基于NRBO-SLSTM的化工过程运行状态评价

doi:10.11949/0438-1157.20250055

摘要/Abstract

摘要：

针对化学工业过程中存在的强非线性和时变特性等问题，提出了一种基于牛顿-拉夫逊优化算法（Newton-Raphson based optimizer，NRBO）驱动的堆叠长短期记忆网络（stacked long short-term memory network，SLSTM）的运行状态评价方法。该方法通过堆叠多层LSTM网络并引入Dropout层，增强了时序数据的表达能力。同时利用 NRBO 算法的二阶导数优化特性，有效提高了模型的收敛速度和分类精度，避免了传统LSTM评价方法在高维参数空间中易陷入局部最优的问题。在Tennessee Eastman（TE）过程的实验验证中，所提方法的预测准确率达到了99.31%，显著优于其他几种对比方法。针对非优状态，提出了基于主元分析和组套索正则化贡献（principal component analysis and group lasso regularization contribution，PCA-GLC）相结合的非优因素识别方法，该方法能够有效识别关键变量，减少误判和干扰，为工业过程的实时调整提供准确依据。在TE过程的实验验证中，所提方法相对于基于PCA的图贡献法，对关键变量的识别更加准确，并且降低了其他变量对结果的干扰。
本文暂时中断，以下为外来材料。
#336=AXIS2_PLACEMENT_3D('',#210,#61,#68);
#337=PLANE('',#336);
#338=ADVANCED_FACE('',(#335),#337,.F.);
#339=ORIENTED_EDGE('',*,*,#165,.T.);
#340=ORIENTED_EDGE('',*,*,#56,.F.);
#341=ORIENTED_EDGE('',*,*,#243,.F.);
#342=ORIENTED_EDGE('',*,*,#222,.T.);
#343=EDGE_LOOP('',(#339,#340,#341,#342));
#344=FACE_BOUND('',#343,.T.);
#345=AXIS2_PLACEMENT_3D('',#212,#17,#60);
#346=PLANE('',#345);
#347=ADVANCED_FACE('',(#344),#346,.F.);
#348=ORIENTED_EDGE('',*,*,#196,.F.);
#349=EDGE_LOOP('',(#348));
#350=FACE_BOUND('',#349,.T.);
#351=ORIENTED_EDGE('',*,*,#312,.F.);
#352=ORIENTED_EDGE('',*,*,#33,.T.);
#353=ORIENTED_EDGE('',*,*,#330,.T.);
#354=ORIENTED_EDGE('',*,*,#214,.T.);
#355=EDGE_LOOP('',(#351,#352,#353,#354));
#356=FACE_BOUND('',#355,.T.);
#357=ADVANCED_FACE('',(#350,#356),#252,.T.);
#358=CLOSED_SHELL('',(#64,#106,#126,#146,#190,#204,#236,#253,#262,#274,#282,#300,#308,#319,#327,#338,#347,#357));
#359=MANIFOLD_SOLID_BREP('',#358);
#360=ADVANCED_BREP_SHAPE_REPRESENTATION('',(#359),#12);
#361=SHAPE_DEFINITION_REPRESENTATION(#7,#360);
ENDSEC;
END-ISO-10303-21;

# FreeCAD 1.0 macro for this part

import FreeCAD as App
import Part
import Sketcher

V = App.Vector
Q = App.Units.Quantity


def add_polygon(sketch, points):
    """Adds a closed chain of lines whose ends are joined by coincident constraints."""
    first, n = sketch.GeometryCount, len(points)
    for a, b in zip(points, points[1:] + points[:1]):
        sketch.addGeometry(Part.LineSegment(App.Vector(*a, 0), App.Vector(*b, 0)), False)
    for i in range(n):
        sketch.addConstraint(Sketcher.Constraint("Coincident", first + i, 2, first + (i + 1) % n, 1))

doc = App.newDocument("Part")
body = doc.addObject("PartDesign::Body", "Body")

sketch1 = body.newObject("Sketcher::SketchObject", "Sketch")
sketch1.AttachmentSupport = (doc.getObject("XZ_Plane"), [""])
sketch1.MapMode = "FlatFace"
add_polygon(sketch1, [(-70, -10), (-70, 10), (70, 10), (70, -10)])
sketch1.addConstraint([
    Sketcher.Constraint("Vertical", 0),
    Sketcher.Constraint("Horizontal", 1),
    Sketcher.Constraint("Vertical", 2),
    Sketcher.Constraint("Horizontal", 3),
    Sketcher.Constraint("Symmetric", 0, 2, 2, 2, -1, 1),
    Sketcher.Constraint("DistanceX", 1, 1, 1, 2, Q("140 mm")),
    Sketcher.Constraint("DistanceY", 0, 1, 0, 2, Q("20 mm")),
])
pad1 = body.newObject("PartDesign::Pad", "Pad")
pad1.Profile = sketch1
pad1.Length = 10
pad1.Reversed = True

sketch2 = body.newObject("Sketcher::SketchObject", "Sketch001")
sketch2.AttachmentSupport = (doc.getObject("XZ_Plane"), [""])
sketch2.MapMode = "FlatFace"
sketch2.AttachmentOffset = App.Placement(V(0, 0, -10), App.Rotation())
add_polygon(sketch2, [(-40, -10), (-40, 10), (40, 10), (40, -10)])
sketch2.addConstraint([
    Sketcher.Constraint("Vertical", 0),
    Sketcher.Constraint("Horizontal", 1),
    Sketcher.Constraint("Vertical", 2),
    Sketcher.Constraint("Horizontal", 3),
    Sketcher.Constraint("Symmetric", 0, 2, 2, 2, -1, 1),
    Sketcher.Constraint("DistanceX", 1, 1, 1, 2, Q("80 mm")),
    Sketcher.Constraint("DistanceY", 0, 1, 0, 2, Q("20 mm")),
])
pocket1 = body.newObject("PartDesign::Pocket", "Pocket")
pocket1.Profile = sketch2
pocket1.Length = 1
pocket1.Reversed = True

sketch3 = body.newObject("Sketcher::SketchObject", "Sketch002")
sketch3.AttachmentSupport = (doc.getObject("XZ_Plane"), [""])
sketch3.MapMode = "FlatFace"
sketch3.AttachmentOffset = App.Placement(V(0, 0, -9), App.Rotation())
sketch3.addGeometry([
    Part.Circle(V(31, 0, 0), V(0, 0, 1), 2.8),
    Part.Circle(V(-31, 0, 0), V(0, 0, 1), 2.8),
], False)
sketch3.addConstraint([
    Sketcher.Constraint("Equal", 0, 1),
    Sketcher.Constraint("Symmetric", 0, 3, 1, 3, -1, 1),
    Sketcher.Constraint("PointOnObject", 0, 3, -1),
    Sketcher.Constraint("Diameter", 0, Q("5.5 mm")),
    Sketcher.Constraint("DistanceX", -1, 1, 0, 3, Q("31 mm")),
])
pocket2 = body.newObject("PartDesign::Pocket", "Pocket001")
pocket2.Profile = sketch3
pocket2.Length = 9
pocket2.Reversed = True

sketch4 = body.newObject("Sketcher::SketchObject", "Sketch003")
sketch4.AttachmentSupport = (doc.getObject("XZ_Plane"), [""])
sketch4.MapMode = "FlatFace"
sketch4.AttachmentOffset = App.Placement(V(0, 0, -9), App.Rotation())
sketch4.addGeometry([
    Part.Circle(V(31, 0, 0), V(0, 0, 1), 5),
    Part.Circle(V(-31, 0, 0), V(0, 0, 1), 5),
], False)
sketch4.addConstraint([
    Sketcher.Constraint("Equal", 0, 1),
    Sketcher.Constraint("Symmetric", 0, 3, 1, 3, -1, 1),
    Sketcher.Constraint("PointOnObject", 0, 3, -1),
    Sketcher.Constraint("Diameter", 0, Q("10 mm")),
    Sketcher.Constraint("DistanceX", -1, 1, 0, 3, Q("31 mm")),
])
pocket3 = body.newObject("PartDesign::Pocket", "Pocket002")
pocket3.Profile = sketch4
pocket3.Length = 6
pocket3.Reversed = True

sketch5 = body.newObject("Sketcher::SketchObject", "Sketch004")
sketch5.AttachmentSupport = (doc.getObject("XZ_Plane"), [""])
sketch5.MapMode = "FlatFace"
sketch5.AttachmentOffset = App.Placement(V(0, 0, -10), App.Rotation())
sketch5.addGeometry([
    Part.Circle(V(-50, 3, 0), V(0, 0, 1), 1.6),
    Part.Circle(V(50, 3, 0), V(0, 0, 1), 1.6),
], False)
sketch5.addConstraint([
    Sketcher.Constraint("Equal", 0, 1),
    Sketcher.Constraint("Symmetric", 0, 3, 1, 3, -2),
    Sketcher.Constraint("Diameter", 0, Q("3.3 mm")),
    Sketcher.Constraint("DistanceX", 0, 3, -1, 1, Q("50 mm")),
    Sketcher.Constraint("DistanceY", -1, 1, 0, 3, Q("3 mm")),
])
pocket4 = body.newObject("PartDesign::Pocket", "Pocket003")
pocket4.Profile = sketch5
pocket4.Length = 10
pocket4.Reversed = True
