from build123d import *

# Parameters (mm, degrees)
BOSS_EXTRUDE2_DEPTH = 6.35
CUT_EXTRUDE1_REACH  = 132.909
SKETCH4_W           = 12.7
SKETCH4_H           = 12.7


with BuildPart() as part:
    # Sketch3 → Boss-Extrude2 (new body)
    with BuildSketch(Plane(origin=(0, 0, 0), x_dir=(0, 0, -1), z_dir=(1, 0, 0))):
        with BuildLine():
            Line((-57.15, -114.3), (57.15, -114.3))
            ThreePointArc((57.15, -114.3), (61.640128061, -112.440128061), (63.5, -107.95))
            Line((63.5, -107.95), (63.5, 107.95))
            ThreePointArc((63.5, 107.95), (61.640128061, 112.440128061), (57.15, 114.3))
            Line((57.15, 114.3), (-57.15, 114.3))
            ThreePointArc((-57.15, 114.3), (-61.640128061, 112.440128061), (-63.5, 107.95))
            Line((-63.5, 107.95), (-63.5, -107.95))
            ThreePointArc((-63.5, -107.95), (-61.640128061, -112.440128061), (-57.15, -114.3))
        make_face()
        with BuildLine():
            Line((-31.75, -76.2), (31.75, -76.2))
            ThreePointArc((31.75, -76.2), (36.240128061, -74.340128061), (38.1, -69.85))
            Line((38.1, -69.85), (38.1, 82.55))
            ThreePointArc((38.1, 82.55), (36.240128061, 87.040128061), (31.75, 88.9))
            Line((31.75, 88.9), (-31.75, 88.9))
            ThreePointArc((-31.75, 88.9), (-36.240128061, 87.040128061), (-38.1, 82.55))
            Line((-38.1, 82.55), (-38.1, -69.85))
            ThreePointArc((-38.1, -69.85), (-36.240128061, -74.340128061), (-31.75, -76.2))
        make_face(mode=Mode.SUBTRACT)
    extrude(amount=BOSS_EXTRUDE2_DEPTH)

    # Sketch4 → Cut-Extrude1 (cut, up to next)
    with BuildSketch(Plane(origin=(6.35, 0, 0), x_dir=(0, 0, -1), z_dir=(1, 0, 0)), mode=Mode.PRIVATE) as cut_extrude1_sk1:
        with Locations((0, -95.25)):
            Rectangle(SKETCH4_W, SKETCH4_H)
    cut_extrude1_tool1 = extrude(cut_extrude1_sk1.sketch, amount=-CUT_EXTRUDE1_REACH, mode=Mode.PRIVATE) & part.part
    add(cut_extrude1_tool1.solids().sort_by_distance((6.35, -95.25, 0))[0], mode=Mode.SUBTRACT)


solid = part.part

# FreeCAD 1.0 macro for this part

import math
import FreeCAD as App
import Part
import Sketcher
from FreeCAD import Vector
Q = App.Units.Quantity

doc = App.newDocument("Part")
body = doc.addObject("PartDesign::Body", "Body")

# Sketch on YZ plane
sketch1 = body.newObject("Sketcher::SketchObject", "Sketch")
sketch1.AttachmentSupport = (doc.getObject("YZ_Plane"), [""])
sketch1.MapMode = "FlatFace"
sketch1.addGeometry(Part.LineSegment(Vector(-114.3, 57.15, 0), Vector(-114.3, -57.15, 0)), False)
sketch1.addGeometry(Part.ArcOfCircle(Part.Circle(Vector(-107.95, -57.15, 0), Vector(0, 0, 1), 6.35), math.radians(180), math.radians(270)), False)
sketch1.addGeometry(Part.LineSegment(Vector(-107.95, -63.5, 0), Vector(107.95, -63.5, 0)), False)
sketch1.addGeometry(Part.ArcOfCircle(Part.Circle(Vector(107.95, -57.15, 0), Vector(0, 0, 1), 6.35), math.radians(-90), math.radians(0)), False)
sketch1.addGeometry(Part.LineSegment(Vector(114.3, -57.15, 0), Vector(114.3, 57.15, 0)), False)
sketch1.addGeometry(Part.ArcOfCircle(Part.Circle(Vector(107.95, 57.15, 0), Vector(0, 0, 1), 6.35), math.radians(0), math.radians(90)), False)
sketch1.addGeometry(Part.LineSegment(Vector(107.95, 63.5, 0), Vector(-107.95, 63.5, 0)), False)
sketch1.addGeometry(Part.ArcOfCircle(Part.Circle(Vector(-107.95, 57.15, 0), Vector(0, 0, 1), 6.35), math.radians(90), math.radians(180)), False)
sketch1.addGeometry(Part.LineSegment(Vector(-76.2, -31.75, 0), Vector(-76.2, 31.75, 0)), False)
sketch1.addGeometry(Part.ArcOfCircle(Part.Circle(Vector(-69.85, 31.75, 0), Vector(0, 0, 1), 6.35), math.radians(90), math.radians(180)), False)
sketch1.addGeometry(Part.LineSegment(Vector(-69.85, 38.1, 0), Vector(82.55, 38.1, 0)), False)
sketch1.addGeometry(Part.ArcOfCircle(Part.Circle(Vector(82.55, 31.75, 0), Vector(0, 0, 1), 6.35), math.radians(0), math.radians(90)), False)
sketch1.addGeometry(Part.LineSegment(Vector(88.9, 31.75, 0), Vector(88.9, -31.75, 0)), False)
sketch1.addGeometry(Part.ArcOfCircle(Part.Circle(Vector(82.55, -31.75, 0), Vector(0, 0, 1), 6.35), math.radians(-90), math.radians(0)), False)
sketch1.addGeometry(Part.LineSegment(Vector(82.55, -38.1, 0), Vector(-69.85, -38.1, 0)), False)
sketch1.addGeometry(Part.ArcOfCircle(Part.Circle(Vector(-69.85, -31.75, 0), Vector(0, 0, 1), 6.35), math.radians(180), math.radians(270)), False)
sketch1.addConstraint(Sketcher.Constraint("Tangent", 0, 2, 1, 1))
sketch1.addConstraint(Sketcher.Constraint("Tangent", 1, 2, 2, 1))
sketch1.addConstraint(Sketcher.Constraint("Tangent", 2, 2, 3, 1))
sketch1.addConstraint(Sketcher.Constraint("Tangent", 3, 2, 4, 1))
sketch1.addConstraint(Sketcher.Constraint("Tangent", 4, 2, 5, 1))
sketch1.addConstraint(Sketcher.Constraint("Tangent", 5, 2, 6, 1))
sketch1.addConstraint(Sketcher.Constraint("Tangent", 6, 2, 7, 1))
sketch1.addConstraint(Sketcher.Constraint("Tangent", 7, 2, 0, 1))
sketch1.addConstraint(Sketcher.Constraint("Tangent", 8, 2, 9, 2))
sketch1.addConstraint(Sketcher.Constraint("Tangent", 9, 1, 10, 1))
sketch1.addConstraint(Sketcher.Constraint("Tangent", 10, 2, 11, 2))
sketch1.addConstraint(Sketcher.Constraint("Tangent", 11, 1, 12, 1))
sketch1.addConstraint(Sketcher.Constraint("Tangent", 12, 2, 13, 2))
sketch1.addConstraint(Sketcher.Constraint("Tangent", 13, 1, 14, 1))
sketch1.addConstraint(Sketcher.Constraint("Tangent", 14, 2, 15, 2))
sketch1.addConstraint(Sketcher.Constraint("Tangent", 15, 1, 8, 1))
sketch1.addConstraint(Sketcher.Constraint("Vertical", 0))
sketch1.addConstraint(Sketcher.Constraint("Horizontal", 2))
sketch1.addConstraint(Sketcher.Constraint("Vertical", 4))
sketch1.addConstraint(Sketcher.Constraint("Horizontal", 6))
sketch1.addConstraint(Sketcher.Constraint("Vertical", 8))
sketch1.addConstraint(Sketcher.Constraint("Horizontal", 10))
sketch1.addConstraint(Sketcher.Constraint("Vertical", 12))
sketch1.addConstraint(Sketcher.Constraint("Horizontal", 14))
sketch1.addConstraint(Sketcher.Constraint("Equal", 1, 3))
sketch1.addConstraint(Sketcher.Constraint("Equal", 3, 5))
sketch1.addConstraint(Sketcher.Constraint("Equal", 5, 7))
sketch1.addConstraint(Sketcher.Constraint("Equal", 7, 9))
sketch1.addConstraint(Sketcher.Constraint("Equal", 9, 11))
sketch1.addConstraint(Sketcher.Constraint("Equal", 11, 13))
sketch1.addConstraint(Sketcher.Constraint("Equal", 13, 15))
sketch1.addConstraint(Sketcher.Constraint("Symmetric", 1, 3, 5, 3, -1, 1))
sketch1.addConstraint(Sketcher.Constraint("DistanceX", 10, 1, 10, 2, Q("6 in")))
sketch1.addConstraint(Sketcher.Constraint("Radius", 1, Q("0.25 in")))
sketch1.addConstraint(Sketcher.Constraint("DistanceX", 2, 1, 2, 2, Q("8.5 in")))
sketch1.addConstraint(Sketcher.Constraint("DistanceY", 0, 2, 0, 1, Q("4.5 in")))
sketch1.addConstraint(Sketcher.Constraint("DistanceY", 8, 1, 8, 2, Q("2.5 in")))
sketch1.addConstraint(Sketcher.Constraint("DistanceX", 8, 2, -1, 1, Q("3 in")))
sketch1.addConstraint(Sketcher.Constraint("DistanceY", 9, 3, 7, 3, Q("1 in")))
pad1 = body.newObject("PartDesign::Pad", "Pad")
pad1.Profile = sketch1
pad1.Length = Q("0.25 in")

# Sketch on YZ plane
sketch2 = body.newObject("Sketcher::SketchObject", "Sketch001")
sketch2.AttachmentSupport = (doc.getObject("YZ_Plane"), [""])
sketch2.MapMode = "FlatFace"
sketch2.AttachmentOffset = App.Placement(Vector(0, 0, 0.25 * 25.4), App.Rotation())
sketch2.addGeometry(Part.LineSegment(Vector(-88.9, 6.35, 0), Vector(-101.6, 6.35, 0)), False)
sketch2.addGeometry(Part.LineSegment(Vector(-101.6, 6.35, 0), Vector(-101.6, -6.35, 0)), False)
sketch2.addGeometry(Part.LineSegment(Vector(-101.6, -6.35, 0), Vector(-88.9, -6.35, 0)), False)
sketch2.addGeometry(Part.LineSegment(Vector(-88.9, -6.35, 0), Vector(-88.9, 6.35, 0)), False)
sketch2.addConstraint(Sketcher.Constraint("Coincident", 0, 2, 1, 1))
sketch2.addConstraint(Sketcher.Constraint("Coincident", 1, 2, 2, 1))
sketch2.addConstraint(Sketcher.Constraint("Coincident", 2, 2, 3, 1))
sketch2.addConstraint(Sketcher.Constraint("Coincident", 3, 2, 0, 1))
sketch2.addConstraint(Sketcher.Constraint("Horizontal", 0))
sketch2.addConstraint(Sketcher.Constraint("Vertical", 1))
sketch2.addConstraint(Sketcher.Constraint("Horizontal", 2))
sketch2.addConstraint(Sketcher.Constraint("Vertical", 3))
sketch2.addConstraint(Sketcher.Constraint("Equal", 2, 1))
sketch2.addConstraint(Sketcher.Constraint("DistanceX", 0, 2, 0, 1, Q("0.5 in")))
sketch2.addConstraint(Sketcher.Constraint("DistanceX", 0, 2, -1, 1, Q("4 in")))
sketch2.addConstraint(Sketcher.Constraint("DistanceY", -1, 1, 0, 2, Q("0.25 in")))
pocket1 = body.newObject("PartDesign::Pocket", "Pocket")
pocket1.Profile = sketch2
pocket1.Type = "UpToFirst"

doc.recompute()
关键词: 化学工业过程, 算法, 运行状态评价, 长短期记忆网络, 主元分析

Abstract:

To address the challenges of strong nonlinearity and time-varying characteristics in chemical industrial processes, this paper proposes a Newton-Raphson based optimizer (NRBO) driven stacked long short-term memory (SLSTM) network for operational state evaluation. The method enhances the expression ability of time series data by stacking multiple layers of LSTM networks and introducing the Dropout layer. At the same time, the second-order derivative optimization characteristics of the NRBO algorithm are used to effectively improve the convergence speed and classification accuracy of the model, avoiding the problem that the traditional LSTM evaluation method is prone to fall into the local optimum in the high-dimensional parameter space. In experimental validation on the Tennessee Eastman (TE) process, the proposed method achieved a prediction accuracy of 99.31%, which is significantly higher than several comparison methods. For identifying non-optimal states, a combined method based on principal component analysis and group lasso regularization contribution (PCA-GLC) is proposed. This method can effectively identify key variables, reduce misjudgments and interference, and provide accurate information for real-time adjustments in industrial processes. Experimental validation on the TE process demonstrated that the proposed method, compared to the PCA-based graph contribution method, more accurately identified key variables and reduced the interference from other variables.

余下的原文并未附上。